In the last step we calculate the *p*-value by calling the `pf()`

function in R. Recall how to calculate the degrees of freedom.

\[df = (k-1, n-k)\]

Because the null hypothesis is rejected only when the test statistic, \(F\), is too large, a one-way ANOVA test is always right tailed.

```
df1 = k-1
df2 = n-k
p.value <- pf(q = Fstat, df1 = df1, df2 = df2, lower.tail = FALSE)
p.value
```

`## [1] 5.746974e-37`

\[ \begin{array}{|l|c|} \hline \ \text{Source} & df & \text{Sum of Squares }(SS) & \text{Mean Squares }(MS) & F\text{-statistic} & p\text{-value}\\ \hline \ \text{Group} & 5 & 1.3859763\times 10^{10} & 2.7719525\times 10^{9} & F = 50.8250355 & 5.7469735\times 10^{-37}\\ \ \text{Error} & 269 & 1.4671022\times 10^{10} & 5.4539117\times 10^{7} & & \\ \hline \ \text{Total} & 274 & 2.8530785\times 10^{10} & & & \\ \hline \end{array} \]

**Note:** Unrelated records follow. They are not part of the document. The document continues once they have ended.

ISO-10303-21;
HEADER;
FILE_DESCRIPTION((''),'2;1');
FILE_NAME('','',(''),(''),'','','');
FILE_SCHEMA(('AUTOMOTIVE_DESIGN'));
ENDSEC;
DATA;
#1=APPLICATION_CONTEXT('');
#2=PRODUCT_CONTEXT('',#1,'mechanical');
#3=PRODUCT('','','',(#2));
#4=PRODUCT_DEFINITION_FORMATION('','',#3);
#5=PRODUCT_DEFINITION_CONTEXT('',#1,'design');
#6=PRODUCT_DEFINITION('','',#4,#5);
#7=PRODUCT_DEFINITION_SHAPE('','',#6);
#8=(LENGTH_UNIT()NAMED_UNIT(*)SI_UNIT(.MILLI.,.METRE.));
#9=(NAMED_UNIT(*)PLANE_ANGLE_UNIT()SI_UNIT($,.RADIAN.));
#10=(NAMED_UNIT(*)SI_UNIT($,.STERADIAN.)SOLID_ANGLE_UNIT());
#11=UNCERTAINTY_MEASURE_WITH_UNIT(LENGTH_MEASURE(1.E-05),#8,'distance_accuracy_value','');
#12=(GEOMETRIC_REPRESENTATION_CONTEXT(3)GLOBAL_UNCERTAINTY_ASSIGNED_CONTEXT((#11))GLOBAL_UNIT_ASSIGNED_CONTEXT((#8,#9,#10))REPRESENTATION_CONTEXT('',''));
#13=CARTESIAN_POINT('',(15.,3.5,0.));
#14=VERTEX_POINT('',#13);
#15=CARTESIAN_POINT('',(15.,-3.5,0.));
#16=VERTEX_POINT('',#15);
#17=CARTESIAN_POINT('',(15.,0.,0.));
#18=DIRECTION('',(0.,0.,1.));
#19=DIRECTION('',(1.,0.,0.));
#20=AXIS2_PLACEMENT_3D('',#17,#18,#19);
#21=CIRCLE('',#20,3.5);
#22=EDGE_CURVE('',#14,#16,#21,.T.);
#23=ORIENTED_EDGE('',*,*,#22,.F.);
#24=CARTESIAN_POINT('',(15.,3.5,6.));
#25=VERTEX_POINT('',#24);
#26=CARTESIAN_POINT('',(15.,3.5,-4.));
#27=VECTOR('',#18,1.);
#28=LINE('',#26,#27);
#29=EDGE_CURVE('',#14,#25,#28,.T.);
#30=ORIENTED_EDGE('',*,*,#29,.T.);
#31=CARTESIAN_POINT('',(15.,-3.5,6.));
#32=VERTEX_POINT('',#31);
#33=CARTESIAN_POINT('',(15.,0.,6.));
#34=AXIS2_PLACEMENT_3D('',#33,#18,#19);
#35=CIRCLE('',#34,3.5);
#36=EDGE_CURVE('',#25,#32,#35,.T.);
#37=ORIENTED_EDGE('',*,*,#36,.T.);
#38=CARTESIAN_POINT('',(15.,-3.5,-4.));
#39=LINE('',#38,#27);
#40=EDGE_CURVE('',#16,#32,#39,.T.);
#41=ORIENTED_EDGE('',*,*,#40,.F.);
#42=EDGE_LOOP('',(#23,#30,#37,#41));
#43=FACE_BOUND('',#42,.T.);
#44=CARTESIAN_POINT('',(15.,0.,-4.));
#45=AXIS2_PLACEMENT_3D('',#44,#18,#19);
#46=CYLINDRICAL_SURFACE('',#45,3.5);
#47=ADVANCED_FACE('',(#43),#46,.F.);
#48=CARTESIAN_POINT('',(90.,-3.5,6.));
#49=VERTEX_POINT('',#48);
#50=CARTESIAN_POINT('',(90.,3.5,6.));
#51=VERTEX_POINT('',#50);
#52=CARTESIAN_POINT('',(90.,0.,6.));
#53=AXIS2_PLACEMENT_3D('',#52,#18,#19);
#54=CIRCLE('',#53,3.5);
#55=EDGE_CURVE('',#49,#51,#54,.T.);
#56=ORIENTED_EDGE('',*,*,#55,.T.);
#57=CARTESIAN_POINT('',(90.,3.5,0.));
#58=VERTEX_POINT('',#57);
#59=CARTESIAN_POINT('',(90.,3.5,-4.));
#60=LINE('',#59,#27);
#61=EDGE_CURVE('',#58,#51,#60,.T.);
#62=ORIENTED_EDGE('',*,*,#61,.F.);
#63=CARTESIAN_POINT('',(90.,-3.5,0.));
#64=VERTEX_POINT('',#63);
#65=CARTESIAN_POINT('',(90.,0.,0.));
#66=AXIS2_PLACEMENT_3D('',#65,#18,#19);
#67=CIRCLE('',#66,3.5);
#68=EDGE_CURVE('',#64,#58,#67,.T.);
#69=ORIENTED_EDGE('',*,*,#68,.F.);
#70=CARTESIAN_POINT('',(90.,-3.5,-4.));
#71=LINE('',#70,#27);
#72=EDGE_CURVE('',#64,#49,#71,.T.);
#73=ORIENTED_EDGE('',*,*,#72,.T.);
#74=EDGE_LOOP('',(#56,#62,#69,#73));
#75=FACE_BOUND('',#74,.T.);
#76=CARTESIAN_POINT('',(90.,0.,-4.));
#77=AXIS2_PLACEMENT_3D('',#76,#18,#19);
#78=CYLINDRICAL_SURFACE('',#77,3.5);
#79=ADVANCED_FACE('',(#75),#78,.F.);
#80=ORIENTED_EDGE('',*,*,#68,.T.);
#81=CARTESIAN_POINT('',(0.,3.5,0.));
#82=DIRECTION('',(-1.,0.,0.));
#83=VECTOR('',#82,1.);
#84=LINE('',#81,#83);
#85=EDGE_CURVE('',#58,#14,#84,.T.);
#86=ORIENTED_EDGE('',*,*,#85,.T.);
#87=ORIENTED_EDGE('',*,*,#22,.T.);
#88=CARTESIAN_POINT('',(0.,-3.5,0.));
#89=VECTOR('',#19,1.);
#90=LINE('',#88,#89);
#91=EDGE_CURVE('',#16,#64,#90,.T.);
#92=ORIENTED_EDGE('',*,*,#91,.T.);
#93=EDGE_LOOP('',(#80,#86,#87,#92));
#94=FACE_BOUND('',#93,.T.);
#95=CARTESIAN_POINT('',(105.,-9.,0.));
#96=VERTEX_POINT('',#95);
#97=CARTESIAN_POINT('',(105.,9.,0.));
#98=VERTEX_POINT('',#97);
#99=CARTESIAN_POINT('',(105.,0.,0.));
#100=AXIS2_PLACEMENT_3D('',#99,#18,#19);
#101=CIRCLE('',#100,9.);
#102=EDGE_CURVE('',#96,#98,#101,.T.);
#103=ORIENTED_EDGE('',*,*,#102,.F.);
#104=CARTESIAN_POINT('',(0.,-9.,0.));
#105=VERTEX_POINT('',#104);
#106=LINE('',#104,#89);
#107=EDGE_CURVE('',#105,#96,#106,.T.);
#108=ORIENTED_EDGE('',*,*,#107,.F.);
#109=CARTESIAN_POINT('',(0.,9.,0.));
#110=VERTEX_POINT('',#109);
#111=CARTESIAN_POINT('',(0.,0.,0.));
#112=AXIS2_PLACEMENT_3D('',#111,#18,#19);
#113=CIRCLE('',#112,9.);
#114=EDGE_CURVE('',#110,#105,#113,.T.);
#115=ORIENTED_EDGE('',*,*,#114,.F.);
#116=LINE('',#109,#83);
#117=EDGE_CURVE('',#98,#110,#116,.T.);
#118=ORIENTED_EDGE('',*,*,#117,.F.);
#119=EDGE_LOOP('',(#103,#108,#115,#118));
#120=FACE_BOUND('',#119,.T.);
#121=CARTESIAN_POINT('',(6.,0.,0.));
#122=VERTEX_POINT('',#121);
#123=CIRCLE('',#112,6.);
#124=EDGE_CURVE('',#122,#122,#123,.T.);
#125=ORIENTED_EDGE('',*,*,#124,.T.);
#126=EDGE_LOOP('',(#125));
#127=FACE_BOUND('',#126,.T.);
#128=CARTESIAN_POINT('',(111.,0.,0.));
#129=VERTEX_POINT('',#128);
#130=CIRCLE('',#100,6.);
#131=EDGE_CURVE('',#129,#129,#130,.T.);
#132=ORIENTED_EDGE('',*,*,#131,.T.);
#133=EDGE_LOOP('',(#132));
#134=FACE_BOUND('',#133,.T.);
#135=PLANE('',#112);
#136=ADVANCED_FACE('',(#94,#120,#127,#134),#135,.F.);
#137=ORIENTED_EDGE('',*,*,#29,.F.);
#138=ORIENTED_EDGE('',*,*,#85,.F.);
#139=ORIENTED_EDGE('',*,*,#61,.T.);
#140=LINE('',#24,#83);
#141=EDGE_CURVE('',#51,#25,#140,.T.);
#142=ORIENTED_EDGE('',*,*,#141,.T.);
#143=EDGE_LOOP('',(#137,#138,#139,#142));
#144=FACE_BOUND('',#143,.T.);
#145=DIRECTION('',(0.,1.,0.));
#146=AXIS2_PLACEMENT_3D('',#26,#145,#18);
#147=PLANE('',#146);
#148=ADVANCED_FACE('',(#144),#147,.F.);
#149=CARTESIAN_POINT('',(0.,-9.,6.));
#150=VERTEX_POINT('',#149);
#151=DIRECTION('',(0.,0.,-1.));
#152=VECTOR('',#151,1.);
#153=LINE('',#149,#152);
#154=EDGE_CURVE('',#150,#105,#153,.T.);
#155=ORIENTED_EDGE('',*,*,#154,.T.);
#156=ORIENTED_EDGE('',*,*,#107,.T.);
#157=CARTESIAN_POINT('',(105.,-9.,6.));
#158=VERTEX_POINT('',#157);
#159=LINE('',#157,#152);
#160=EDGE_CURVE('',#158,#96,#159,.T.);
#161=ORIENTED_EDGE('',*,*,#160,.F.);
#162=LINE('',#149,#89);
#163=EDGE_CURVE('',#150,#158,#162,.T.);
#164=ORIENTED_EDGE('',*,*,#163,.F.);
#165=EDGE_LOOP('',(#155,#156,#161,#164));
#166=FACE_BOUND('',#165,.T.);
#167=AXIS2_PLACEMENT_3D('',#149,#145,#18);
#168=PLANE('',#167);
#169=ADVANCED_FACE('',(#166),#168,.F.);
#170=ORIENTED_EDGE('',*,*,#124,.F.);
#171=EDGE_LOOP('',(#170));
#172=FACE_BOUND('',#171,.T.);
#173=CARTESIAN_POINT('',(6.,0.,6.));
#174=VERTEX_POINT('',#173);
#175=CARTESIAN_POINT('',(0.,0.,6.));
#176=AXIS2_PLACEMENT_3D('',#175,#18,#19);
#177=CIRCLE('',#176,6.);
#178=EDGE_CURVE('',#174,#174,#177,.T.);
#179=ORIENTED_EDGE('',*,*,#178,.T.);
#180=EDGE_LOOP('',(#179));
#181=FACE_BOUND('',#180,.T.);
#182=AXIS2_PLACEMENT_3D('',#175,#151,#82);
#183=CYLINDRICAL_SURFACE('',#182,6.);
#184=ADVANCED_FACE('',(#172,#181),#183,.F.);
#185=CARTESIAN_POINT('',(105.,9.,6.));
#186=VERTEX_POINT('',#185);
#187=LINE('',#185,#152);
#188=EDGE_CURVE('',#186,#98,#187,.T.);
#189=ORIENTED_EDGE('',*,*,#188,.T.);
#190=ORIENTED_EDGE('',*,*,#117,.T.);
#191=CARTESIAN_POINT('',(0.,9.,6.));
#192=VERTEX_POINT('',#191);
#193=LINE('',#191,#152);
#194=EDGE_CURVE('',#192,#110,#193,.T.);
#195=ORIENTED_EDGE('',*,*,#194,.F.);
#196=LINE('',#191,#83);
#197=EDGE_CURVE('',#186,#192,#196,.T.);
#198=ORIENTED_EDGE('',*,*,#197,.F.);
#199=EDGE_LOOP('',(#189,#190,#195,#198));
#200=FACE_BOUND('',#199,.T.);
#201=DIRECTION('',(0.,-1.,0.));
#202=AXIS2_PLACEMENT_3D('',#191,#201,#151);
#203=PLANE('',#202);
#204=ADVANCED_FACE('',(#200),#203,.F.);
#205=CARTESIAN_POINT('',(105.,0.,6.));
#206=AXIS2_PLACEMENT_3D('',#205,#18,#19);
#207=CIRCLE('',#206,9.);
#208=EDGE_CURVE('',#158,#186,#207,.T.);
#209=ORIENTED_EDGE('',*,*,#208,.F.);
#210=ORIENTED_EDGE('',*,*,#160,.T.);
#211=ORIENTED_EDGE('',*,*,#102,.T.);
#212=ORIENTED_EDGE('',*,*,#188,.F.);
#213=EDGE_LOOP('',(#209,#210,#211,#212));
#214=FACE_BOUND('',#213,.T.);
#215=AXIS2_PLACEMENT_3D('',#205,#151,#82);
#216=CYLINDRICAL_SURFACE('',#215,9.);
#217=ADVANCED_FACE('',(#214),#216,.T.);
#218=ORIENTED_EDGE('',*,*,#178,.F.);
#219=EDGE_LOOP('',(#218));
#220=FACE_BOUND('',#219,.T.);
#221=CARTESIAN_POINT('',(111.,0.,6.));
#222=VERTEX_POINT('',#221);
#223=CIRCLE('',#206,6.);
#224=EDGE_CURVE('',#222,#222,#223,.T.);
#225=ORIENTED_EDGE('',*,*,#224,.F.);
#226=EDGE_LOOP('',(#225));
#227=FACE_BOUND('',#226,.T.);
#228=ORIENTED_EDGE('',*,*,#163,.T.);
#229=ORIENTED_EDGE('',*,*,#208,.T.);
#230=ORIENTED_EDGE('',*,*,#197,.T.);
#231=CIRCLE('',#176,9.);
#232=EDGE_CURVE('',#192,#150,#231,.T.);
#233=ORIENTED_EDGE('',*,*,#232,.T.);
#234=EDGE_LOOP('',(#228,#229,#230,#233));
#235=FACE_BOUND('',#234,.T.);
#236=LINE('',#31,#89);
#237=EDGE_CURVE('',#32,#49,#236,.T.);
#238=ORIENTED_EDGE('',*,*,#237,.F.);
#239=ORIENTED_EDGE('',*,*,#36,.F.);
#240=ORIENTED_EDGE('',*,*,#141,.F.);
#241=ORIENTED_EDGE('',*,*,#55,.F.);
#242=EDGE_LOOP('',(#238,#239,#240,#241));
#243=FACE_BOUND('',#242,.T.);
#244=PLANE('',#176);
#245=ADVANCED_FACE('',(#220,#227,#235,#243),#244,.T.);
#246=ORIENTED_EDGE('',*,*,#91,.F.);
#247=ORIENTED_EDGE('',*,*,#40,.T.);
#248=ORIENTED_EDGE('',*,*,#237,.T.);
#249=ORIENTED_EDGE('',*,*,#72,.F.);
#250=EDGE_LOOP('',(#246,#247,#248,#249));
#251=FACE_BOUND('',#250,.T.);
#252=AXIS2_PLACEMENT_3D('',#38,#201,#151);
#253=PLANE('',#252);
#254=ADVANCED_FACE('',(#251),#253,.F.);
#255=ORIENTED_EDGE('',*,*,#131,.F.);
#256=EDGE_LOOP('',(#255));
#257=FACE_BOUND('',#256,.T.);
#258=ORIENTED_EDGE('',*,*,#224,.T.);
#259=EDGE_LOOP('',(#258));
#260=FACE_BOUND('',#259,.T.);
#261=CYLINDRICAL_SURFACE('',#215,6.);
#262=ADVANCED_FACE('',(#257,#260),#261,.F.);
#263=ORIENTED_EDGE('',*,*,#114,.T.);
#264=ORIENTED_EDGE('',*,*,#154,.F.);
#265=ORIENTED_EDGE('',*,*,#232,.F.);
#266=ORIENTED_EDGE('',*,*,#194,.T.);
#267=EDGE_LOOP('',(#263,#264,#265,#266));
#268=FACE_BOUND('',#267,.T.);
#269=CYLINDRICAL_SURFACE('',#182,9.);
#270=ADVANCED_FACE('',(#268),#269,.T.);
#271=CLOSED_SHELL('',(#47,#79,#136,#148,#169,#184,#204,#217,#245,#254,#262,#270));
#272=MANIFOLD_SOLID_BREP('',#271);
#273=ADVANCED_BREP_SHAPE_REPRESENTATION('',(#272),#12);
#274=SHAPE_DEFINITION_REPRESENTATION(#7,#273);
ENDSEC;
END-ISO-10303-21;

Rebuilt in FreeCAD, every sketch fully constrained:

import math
import FreeCAD as App
import Part
import Sketcher
from FreeCAD import Vector

doc = App.newDocument("Part")
params = doc.addObject("Spreadsheet::Sheet", "Params")
for row, (alias, value) in enumerate([
    ("sketch1_diameter", "12 mm"),
    ("sketch1_radius", "9 mm"),
    ("sketch1_width", "105 mm"),
    ("pad1_length", "6 mm"),
    ("sketch2_radius", "3.5 mm"),
    ("sketch2_width", "75 mm"),
    ("pocket1_length", "10 mm"),
], start=1):
    params.set(f"A{row}", alias)
    params.set(f"B{row}", "=" + value)
    params.setAlias(f"B{row}", alias)

body = doc.addObject("PartDesign::Body", "Body")

# Sketch on XY plane
sketch1 = body.newObject("Sketcher::SketchObject", "Sketch")
sketch1.AttachmentSupport = (doc.getObject("XY_Plane"), [""])
sketch1.MapMode = "FlatFace"
sketch1.addGeometry([
    Part.LineSegment(Vector(105, 9, 0), Vector(0, 9, 0)),  # 0
    Part.ArcOfCircle(Part.Circle(Vector(0, 0, 0), Vector(0, 0, 1), 9), math.radians(90), math.radians(270)),  # 1
    Part.LineSegment(Vector(0, -9, 0), Vector(105, -9, 0)),  # 2
    Part.ArcOfCircle(Part.Circle(Vector(105, 0, 0), Vector(0, 0, 1), 9), math.radians(-90), math.radians(90)),  # 3
    Part.Circle(Vector(105, 0, 0), Vector(0, 0, 1), 6),  # 4
    Part.Circle(Vector(0, 0, 0), Vector(0, 0, 1), 6),  # 5
], False)
sketch1.addConstraint([
    Sketcher.Constraint("Tangent", 0, 2, 1, 1),
    Sketcher.Constraint("Tangent", 1, 2, 2, 1),
    Sketcher.Constraint("Tangent", 2, 2, 3, 1),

**Step 5: If \(p \le \alpha\), reject \(H_0\); otherwise, do not reject \(H_0\).**

`p.value <= alpha`

`## [1] TRUE`

The *p*-value is less than the specified significance level of 0.01; we reject \(H_0\). The test results are statistically significant at the 1% level and provide very strong evidence against the null hypothesis.

**Step 6: Interpret the result of the hypothesis test.**

\(p = 5.7469735\times 10^{-37}\). At the 1% significance level, the data provides very strong evidence to conclude that at least one pair of group means is different from each other.

We just completed a one-way ANOVA hypothesis test in R manually. Awesome, but now we redo that example and make use of the R machinery to obtain the same result as above by just one line of code!

In order to conduct a one-way ANOVA hypothesis test in R we apply the `aov()`

function. The `aov()`

function expects the so-called *formula-notation*, thus we provide our data by separating our two variables of interest by `~`

. Further, we provide a data frame in which the variables specified in the formula are found.

```
anova <- aov(salary ~ major, data = data)
summary(anova)
```

```
## Df Sum Sq Mean Sq F value Pr(>F)
## major 5 1.386e+10 2.772e+09 50.83 <2e-16 ***
## Residuals 269 1.467e+10 5.454e+07
## ---
## Signif. codes: 0 '***' 0.001 '**' 0.01 '*' 0.05 '.' 0.1 ' ' 1
```

Worked out fine! Compare the output of the `aov()`

function with our result from above. Again, we may conclude that at the 1% significance level, the data provides very strong evidence to conclude that at least one pair of group means is different from each other.